Mohamed: NO, ADC maximum range of supply AVDD1 to AVSS = 5.5V as max. if you use ±5V as supply, AD7768 will damage due to exceeding the maximum range. Instead of using ±5V you may be us ±2.5V Supply. Which will be the range of AVDD1 = +2.5V - AVSS = -2.5V = (+2.5 – (- 2.5V )) = 5V.
3.Can we use AD7176-2 in place of AD7768 for ±5V range
Mohamed: I am looking for 8 Channel ADC which have sampling rate more than 125Khz , Simultaneous sampling.
Hence AD7176-2 wont match my requirement.
Hello Mr. Mohammed,
Thanks for the reply and sharing the details for Analog chain.
As you replied that we can not use the AD7768 with Input voltage range from +5V to - 5V. But in the datasheet, it has given that We can use the ADC with +5V to - 5V range. Please see figure 40 and figure 41.
In the Figure, it is clearly mentioned that We can use the ADC with +5V to - 5V range. But the Integral Non-linearity (INL) will increase. Since as per the requirement of Sampling frequency we can go for the median mode.(Fs>108kHz). So please suggest.
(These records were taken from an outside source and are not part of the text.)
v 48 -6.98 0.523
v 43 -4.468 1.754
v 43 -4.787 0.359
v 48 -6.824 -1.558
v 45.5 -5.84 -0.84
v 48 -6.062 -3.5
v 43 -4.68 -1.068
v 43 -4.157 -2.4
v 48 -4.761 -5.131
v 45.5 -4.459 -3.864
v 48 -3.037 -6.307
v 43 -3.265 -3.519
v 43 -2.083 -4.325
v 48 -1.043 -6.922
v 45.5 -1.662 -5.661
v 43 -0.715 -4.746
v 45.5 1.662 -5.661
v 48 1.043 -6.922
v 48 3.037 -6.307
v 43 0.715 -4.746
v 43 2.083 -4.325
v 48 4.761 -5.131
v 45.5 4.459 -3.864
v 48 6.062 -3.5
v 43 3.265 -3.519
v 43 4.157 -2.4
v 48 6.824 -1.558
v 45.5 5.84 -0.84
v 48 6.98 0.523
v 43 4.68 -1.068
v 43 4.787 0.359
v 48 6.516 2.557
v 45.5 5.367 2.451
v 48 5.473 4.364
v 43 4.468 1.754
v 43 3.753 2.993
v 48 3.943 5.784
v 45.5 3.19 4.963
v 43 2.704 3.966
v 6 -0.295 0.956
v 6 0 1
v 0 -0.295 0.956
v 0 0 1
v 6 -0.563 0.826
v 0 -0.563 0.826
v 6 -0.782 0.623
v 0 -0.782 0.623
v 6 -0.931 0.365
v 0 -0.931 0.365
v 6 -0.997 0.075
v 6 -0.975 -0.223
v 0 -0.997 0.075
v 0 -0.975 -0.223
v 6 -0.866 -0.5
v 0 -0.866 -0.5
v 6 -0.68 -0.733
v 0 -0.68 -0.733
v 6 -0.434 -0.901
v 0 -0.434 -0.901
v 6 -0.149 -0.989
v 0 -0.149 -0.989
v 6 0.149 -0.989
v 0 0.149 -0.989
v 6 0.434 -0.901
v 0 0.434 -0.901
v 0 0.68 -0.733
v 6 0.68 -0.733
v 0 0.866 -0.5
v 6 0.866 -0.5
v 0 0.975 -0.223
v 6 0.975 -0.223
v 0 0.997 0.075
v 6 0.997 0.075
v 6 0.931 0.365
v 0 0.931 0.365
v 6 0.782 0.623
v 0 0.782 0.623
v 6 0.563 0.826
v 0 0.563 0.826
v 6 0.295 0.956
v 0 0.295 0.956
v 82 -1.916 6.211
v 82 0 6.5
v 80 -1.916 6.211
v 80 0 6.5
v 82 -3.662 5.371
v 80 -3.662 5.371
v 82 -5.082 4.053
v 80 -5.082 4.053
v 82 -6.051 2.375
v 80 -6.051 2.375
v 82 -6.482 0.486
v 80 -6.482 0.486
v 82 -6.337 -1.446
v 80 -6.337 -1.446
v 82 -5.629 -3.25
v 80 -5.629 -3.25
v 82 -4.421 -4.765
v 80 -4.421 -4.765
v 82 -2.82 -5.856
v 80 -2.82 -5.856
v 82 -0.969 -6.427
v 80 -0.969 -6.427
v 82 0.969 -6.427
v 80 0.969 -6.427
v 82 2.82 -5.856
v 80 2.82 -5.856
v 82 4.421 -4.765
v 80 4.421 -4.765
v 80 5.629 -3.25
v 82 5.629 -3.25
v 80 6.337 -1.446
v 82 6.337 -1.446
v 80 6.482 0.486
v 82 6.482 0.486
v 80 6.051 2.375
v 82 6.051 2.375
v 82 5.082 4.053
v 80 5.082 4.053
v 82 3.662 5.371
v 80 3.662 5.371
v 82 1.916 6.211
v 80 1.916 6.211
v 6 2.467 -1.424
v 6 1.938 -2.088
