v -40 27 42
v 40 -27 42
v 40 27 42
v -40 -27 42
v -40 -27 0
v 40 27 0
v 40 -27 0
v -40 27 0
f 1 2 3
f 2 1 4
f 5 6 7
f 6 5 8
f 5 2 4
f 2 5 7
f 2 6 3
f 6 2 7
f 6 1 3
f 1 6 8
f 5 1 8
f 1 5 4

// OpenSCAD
// Starter file for OpenSCAD task-039
$fn = 64;

module guard_blank() {
	translate(v = [-40.0, -27.0, 0]) {
		cube(size = [80, 54, 42]);
	}
}

guard_blank();
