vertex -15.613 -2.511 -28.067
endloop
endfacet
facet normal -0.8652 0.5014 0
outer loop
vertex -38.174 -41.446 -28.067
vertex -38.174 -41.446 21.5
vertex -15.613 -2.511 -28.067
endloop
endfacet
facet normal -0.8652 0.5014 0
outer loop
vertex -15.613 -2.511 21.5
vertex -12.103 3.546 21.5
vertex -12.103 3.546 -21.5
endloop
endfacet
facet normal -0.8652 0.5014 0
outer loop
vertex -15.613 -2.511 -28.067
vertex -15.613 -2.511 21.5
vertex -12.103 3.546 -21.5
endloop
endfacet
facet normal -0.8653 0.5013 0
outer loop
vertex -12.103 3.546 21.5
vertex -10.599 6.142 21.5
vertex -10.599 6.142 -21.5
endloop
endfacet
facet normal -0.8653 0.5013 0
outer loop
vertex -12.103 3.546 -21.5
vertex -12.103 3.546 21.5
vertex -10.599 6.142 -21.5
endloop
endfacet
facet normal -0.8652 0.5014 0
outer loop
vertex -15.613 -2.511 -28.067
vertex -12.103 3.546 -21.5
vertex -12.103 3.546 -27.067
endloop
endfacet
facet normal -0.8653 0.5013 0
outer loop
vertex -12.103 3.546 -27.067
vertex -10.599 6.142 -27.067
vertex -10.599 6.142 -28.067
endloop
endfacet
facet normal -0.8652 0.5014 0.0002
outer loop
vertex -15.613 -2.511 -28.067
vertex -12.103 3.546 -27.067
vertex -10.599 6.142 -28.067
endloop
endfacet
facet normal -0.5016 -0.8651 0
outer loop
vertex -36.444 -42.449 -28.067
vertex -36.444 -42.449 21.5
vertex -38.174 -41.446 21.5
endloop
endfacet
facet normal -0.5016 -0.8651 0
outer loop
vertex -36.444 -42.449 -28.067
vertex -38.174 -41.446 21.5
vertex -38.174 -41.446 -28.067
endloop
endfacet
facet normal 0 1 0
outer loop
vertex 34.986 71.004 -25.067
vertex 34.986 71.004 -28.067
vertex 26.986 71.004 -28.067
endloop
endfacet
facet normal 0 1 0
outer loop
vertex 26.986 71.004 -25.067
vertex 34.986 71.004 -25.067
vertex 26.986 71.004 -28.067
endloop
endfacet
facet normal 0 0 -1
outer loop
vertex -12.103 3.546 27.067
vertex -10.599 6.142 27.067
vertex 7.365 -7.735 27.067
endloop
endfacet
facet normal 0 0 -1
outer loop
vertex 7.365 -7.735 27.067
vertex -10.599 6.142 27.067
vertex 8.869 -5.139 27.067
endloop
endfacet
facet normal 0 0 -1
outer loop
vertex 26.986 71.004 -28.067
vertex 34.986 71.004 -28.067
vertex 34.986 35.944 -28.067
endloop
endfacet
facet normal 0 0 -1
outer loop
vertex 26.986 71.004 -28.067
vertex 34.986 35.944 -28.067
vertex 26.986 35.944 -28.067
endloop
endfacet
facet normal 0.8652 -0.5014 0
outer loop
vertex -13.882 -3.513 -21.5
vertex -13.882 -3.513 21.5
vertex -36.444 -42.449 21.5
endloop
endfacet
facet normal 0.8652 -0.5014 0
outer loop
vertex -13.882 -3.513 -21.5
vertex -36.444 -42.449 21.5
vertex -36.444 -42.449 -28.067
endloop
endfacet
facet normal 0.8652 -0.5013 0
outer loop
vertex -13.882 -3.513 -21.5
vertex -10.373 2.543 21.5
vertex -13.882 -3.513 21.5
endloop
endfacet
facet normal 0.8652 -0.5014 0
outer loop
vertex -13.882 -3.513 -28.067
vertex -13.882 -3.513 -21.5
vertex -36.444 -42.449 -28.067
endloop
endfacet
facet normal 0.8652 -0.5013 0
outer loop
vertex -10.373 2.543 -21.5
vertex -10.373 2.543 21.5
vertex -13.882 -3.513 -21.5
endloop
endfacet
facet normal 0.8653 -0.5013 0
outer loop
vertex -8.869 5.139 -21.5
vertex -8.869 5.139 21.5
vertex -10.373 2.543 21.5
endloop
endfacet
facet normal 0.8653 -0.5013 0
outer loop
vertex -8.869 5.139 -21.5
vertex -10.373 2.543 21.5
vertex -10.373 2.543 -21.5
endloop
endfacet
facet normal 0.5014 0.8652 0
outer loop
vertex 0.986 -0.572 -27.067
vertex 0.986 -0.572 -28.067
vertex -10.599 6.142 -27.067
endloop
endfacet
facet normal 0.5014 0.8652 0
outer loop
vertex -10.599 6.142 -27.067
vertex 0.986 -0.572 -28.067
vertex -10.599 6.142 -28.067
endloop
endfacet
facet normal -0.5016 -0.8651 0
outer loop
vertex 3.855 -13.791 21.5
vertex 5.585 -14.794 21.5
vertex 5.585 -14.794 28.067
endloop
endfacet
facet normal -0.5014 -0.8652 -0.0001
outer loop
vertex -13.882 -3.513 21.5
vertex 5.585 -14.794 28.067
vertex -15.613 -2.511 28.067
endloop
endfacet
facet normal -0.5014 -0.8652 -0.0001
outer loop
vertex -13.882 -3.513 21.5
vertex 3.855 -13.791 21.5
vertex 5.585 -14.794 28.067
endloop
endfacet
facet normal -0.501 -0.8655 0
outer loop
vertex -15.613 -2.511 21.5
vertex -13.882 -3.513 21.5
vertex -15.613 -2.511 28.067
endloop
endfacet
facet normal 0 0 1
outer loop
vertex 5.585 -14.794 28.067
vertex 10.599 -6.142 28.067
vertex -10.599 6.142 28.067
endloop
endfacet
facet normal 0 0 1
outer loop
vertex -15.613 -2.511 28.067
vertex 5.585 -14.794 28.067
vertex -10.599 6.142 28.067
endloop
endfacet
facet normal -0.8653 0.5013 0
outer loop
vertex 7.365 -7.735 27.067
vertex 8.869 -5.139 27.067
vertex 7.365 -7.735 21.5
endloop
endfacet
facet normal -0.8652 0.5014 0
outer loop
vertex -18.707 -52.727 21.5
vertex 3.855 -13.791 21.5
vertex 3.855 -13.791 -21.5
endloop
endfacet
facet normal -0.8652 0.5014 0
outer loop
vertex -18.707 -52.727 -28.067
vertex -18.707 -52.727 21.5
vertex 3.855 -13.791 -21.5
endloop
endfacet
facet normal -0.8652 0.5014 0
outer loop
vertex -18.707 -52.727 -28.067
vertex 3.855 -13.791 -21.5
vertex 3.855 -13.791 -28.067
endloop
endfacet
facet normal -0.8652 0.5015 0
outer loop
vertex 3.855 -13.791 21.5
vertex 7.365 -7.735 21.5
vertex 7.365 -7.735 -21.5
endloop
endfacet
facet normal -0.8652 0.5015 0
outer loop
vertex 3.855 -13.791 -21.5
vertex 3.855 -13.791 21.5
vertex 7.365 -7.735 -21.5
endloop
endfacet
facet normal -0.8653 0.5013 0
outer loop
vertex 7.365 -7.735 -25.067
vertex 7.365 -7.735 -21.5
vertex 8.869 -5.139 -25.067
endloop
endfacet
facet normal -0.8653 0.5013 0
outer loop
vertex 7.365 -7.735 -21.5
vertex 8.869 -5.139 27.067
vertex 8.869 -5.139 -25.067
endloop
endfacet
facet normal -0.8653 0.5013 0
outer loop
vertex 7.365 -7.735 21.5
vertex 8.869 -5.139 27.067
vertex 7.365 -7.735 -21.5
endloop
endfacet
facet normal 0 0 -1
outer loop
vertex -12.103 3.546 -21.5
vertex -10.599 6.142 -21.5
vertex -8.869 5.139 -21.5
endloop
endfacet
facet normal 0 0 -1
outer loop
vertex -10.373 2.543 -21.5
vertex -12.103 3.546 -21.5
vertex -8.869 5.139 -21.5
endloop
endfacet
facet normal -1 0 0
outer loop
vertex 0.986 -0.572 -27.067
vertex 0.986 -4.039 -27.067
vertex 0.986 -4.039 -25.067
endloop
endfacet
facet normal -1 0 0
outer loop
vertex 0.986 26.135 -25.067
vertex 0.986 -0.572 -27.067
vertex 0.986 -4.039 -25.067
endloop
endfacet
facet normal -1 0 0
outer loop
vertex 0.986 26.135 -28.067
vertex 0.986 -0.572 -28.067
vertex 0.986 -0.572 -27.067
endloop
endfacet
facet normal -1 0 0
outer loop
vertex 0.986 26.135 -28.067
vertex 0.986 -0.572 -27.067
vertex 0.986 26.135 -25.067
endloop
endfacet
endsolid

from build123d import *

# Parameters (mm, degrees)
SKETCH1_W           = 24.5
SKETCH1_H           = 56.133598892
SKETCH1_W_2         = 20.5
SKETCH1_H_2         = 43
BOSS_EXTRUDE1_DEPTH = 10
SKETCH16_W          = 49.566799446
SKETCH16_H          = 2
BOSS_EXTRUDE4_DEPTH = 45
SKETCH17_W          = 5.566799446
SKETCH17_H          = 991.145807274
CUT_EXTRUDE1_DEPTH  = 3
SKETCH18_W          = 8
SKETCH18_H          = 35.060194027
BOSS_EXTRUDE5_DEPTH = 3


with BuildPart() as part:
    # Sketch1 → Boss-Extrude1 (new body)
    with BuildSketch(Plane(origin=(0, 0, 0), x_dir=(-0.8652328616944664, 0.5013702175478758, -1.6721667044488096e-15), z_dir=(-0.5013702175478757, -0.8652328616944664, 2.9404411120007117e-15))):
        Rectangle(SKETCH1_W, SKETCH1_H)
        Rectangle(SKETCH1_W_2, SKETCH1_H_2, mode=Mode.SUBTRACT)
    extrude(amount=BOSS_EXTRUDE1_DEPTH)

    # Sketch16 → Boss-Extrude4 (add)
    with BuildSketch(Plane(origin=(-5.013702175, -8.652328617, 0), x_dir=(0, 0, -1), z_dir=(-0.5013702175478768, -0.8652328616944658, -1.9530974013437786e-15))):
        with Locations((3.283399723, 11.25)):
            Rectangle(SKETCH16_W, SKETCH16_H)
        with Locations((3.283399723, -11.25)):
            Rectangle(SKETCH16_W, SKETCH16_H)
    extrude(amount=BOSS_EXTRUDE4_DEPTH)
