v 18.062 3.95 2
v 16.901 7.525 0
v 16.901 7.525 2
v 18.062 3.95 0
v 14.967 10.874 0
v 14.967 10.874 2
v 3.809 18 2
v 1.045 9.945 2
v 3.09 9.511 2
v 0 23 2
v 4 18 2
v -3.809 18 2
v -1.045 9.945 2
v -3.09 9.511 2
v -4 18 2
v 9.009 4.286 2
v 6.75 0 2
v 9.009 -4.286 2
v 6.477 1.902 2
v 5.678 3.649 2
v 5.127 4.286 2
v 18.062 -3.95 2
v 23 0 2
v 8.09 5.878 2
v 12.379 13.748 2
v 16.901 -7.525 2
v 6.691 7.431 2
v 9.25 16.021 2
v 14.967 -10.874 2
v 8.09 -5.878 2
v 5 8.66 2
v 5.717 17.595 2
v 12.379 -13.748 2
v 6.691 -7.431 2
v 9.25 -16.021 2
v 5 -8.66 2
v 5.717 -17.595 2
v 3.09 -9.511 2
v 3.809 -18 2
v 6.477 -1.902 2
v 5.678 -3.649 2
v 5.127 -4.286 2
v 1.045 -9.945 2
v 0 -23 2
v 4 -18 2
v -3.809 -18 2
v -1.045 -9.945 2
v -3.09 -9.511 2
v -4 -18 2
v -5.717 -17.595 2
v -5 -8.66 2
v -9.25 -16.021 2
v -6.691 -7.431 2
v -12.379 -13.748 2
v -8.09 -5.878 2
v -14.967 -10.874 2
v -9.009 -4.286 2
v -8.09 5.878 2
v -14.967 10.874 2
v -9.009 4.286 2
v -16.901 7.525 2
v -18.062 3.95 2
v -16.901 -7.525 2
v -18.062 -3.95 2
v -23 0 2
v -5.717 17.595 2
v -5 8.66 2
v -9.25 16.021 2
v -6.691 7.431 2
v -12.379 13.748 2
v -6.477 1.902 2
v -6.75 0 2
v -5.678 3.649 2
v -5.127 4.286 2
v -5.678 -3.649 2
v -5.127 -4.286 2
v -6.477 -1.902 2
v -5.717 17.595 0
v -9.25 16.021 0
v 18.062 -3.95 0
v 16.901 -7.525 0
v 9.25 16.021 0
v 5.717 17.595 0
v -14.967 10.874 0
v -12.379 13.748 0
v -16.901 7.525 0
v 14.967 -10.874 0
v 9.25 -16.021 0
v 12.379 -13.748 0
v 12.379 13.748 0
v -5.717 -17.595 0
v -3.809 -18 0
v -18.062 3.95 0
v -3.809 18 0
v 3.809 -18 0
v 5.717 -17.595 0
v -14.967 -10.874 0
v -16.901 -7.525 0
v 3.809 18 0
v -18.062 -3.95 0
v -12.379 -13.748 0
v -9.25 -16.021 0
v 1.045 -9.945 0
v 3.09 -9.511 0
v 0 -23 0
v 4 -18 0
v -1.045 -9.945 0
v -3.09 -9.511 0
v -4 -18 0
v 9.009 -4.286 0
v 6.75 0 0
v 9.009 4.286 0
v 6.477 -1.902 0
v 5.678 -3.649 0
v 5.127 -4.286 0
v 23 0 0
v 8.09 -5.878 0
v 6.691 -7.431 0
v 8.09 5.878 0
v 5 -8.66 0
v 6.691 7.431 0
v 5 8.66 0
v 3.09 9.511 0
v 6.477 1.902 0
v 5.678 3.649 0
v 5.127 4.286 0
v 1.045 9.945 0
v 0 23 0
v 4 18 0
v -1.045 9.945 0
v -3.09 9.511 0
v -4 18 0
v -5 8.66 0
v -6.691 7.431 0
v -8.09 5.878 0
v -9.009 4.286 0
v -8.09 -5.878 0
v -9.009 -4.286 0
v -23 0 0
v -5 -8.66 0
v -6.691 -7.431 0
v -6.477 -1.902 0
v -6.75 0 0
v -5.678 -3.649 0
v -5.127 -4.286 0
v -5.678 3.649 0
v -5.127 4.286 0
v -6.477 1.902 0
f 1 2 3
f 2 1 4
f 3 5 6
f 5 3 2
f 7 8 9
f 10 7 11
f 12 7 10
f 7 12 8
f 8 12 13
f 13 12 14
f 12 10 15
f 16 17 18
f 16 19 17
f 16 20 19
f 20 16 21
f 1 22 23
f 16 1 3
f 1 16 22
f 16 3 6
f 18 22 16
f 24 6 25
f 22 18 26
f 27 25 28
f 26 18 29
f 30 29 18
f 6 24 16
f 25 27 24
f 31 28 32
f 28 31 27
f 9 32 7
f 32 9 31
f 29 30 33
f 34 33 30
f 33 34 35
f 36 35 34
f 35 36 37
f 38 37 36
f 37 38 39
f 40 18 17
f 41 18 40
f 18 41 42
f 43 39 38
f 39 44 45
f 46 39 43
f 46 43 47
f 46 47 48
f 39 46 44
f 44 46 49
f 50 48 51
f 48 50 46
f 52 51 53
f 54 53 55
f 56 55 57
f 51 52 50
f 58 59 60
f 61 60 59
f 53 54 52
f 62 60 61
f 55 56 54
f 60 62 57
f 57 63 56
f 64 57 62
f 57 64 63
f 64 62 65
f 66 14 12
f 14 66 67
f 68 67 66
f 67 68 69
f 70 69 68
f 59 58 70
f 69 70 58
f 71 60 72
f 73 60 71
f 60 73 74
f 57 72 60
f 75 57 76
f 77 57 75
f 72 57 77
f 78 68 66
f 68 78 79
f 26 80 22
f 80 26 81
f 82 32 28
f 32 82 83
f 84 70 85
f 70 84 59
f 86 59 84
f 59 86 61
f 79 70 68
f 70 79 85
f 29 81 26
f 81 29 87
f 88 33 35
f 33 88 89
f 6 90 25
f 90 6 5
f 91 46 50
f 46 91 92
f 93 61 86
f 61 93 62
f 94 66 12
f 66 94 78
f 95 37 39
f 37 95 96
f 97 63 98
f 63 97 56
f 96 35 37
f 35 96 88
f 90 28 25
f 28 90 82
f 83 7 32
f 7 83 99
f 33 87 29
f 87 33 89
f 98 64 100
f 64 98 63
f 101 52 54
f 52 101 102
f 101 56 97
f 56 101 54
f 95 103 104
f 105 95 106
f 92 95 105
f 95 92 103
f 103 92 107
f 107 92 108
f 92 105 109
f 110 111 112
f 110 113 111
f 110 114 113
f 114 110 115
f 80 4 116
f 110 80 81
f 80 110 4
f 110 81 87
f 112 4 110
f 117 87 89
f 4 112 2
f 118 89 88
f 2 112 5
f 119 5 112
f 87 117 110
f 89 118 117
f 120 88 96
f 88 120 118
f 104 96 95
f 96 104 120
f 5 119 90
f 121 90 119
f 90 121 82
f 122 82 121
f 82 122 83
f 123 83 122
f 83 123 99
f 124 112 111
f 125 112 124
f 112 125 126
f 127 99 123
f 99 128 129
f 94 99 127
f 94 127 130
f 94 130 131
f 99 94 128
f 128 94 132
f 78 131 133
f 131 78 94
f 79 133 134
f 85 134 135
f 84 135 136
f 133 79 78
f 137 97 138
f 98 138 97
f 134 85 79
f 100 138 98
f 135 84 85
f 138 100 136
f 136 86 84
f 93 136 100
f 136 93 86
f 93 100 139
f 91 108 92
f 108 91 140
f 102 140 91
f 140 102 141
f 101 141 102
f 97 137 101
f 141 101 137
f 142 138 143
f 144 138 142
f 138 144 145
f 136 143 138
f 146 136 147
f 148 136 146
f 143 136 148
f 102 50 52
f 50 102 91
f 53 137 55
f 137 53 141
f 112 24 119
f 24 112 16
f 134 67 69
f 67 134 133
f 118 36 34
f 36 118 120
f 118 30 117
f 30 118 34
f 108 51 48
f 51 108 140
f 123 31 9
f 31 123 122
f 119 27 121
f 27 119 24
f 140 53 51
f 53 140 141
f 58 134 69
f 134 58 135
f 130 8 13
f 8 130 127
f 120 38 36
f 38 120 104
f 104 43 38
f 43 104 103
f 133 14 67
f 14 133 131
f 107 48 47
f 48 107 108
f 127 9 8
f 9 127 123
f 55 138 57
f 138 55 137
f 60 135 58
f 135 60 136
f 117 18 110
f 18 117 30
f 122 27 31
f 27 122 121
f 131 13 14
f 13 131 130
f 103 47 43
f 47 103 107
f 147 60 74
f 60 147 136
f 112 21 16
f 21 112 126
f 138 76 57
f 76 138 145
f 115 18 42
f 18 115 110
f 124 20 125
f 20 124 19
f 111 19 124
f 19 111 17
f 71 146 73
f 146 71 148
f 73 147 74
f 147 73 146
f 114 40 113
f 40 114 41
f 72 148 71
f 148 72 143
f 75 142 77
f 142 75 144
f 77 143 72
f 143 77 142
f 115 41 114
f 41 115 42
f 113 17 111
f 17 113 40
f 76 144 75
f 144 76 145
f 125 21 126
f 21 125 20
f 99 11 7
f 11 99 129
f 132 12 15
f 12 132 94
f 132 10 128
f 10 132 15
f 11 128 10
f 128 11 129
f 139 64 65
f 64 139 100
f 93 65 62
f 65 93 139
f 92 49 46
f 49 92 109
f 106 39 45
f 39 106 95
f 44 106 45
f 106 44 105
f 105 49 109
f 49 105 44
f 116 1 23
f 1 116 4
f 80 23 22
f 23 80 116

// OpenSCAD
// file: attack-ring-base.scad
thickness = 2;
base_diameter = 35;
core_diameter = 15;

module attack_ring_base() {
    clip_length = base_diameter;
    clip_width = core_diameter / 1.75;

    difference() {
        cylinder(thickness, d = base_diameter + thickness);
        cylinder(thickness, d = core_diameter + 5);
    }
    difference() {
        translate([-clip_length / 2, -clip_width / 2])
        cube([clip_length, clip_width, thickness]);
        cylinder(thickness, d = core_diameter - thickness + 0.5);
    }
}

attack_ring_base();
// file: lib/openscad-lib/prism.scad
module prism(points, height) {
    top_points = [ for (p = points) [p[0], p[1], height] ];
    
    points = concat(points, top_points);
    vertices = len(points);
    sides_count = vertices / 2;
    faces = concat(
        [[ for (i = [0:sides_count - 1]) i ]],
        [ for (i = [0:sides_count - 1]) 
            [
                (i + sides_count) % vertices,
                i == sides_count - 1 ? i + 1 : (i + sides_count + 1) % vertices,
                i != sides_count - 1 ? i + 1 : (i + sides_count + 1) % vertices,
                i,
            ]
        ],
        [[ for (i = [vertices - 1:-1:sides_count]) i ]]
    );

    polyhedron(points, faces);
}

module regular_prism(
    sides_count,
    radius = 0,
    sides_length,
    height,
) {
    radius = radius != 0 ? radius : (sides_length / (2 * sin(180 / sides_count)));
    angles = [ for (i = [0:sides_count - 1]) i * (360 / sides_count) ];
    
    base_points = [ for (i = angles) [radius * cos(i), radius * sin(i), 0] ];

    prism(points = base_points, height = height);
}
// main file
use <lib/openscad-lib/prism.scad>
use <attack-ring-base.scad>

attack_ring_base();
for (i = [0:3]) {
    rotate(i * 90)
    translate([0, 18])
    prism(
        [
            [-4, 0],
            [4, 0],
            [0, 5]
        ],
        2
    );
}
Please see in the electrical characteristic page no.7 for VRef range and page no.14 for AVDD – AVSS range,
In that External Vref mentioned , 1V to (AVDD1-AVSS).
For AVDD- AVSS range
Hence you cannot use -5V as VREF range.
In Figure 40 and 41 tells that
If you use VREF = 5V (+VREF with respect to - VREF = 5V) the INL error will come this,
If you use VREF = 4.096 (+VREF with respect to - VREF = 4.096) the INL error will come this,
If you use VREF = 2.5V (+VREF with respect to - VREF = 2.5V) The INL error will come this,
You cannot use VREF is less than 1V.
Your VREF range should be with respect to - VREF.
For My application I used (+ VREF = +2.5V and – VREF = -2.5V ). = 5V
In datasheet not clearly mentioned that we can use the ADC with +5V to - 5V range.
Hope you understand my answer.
Thank you so much for the clearing the points.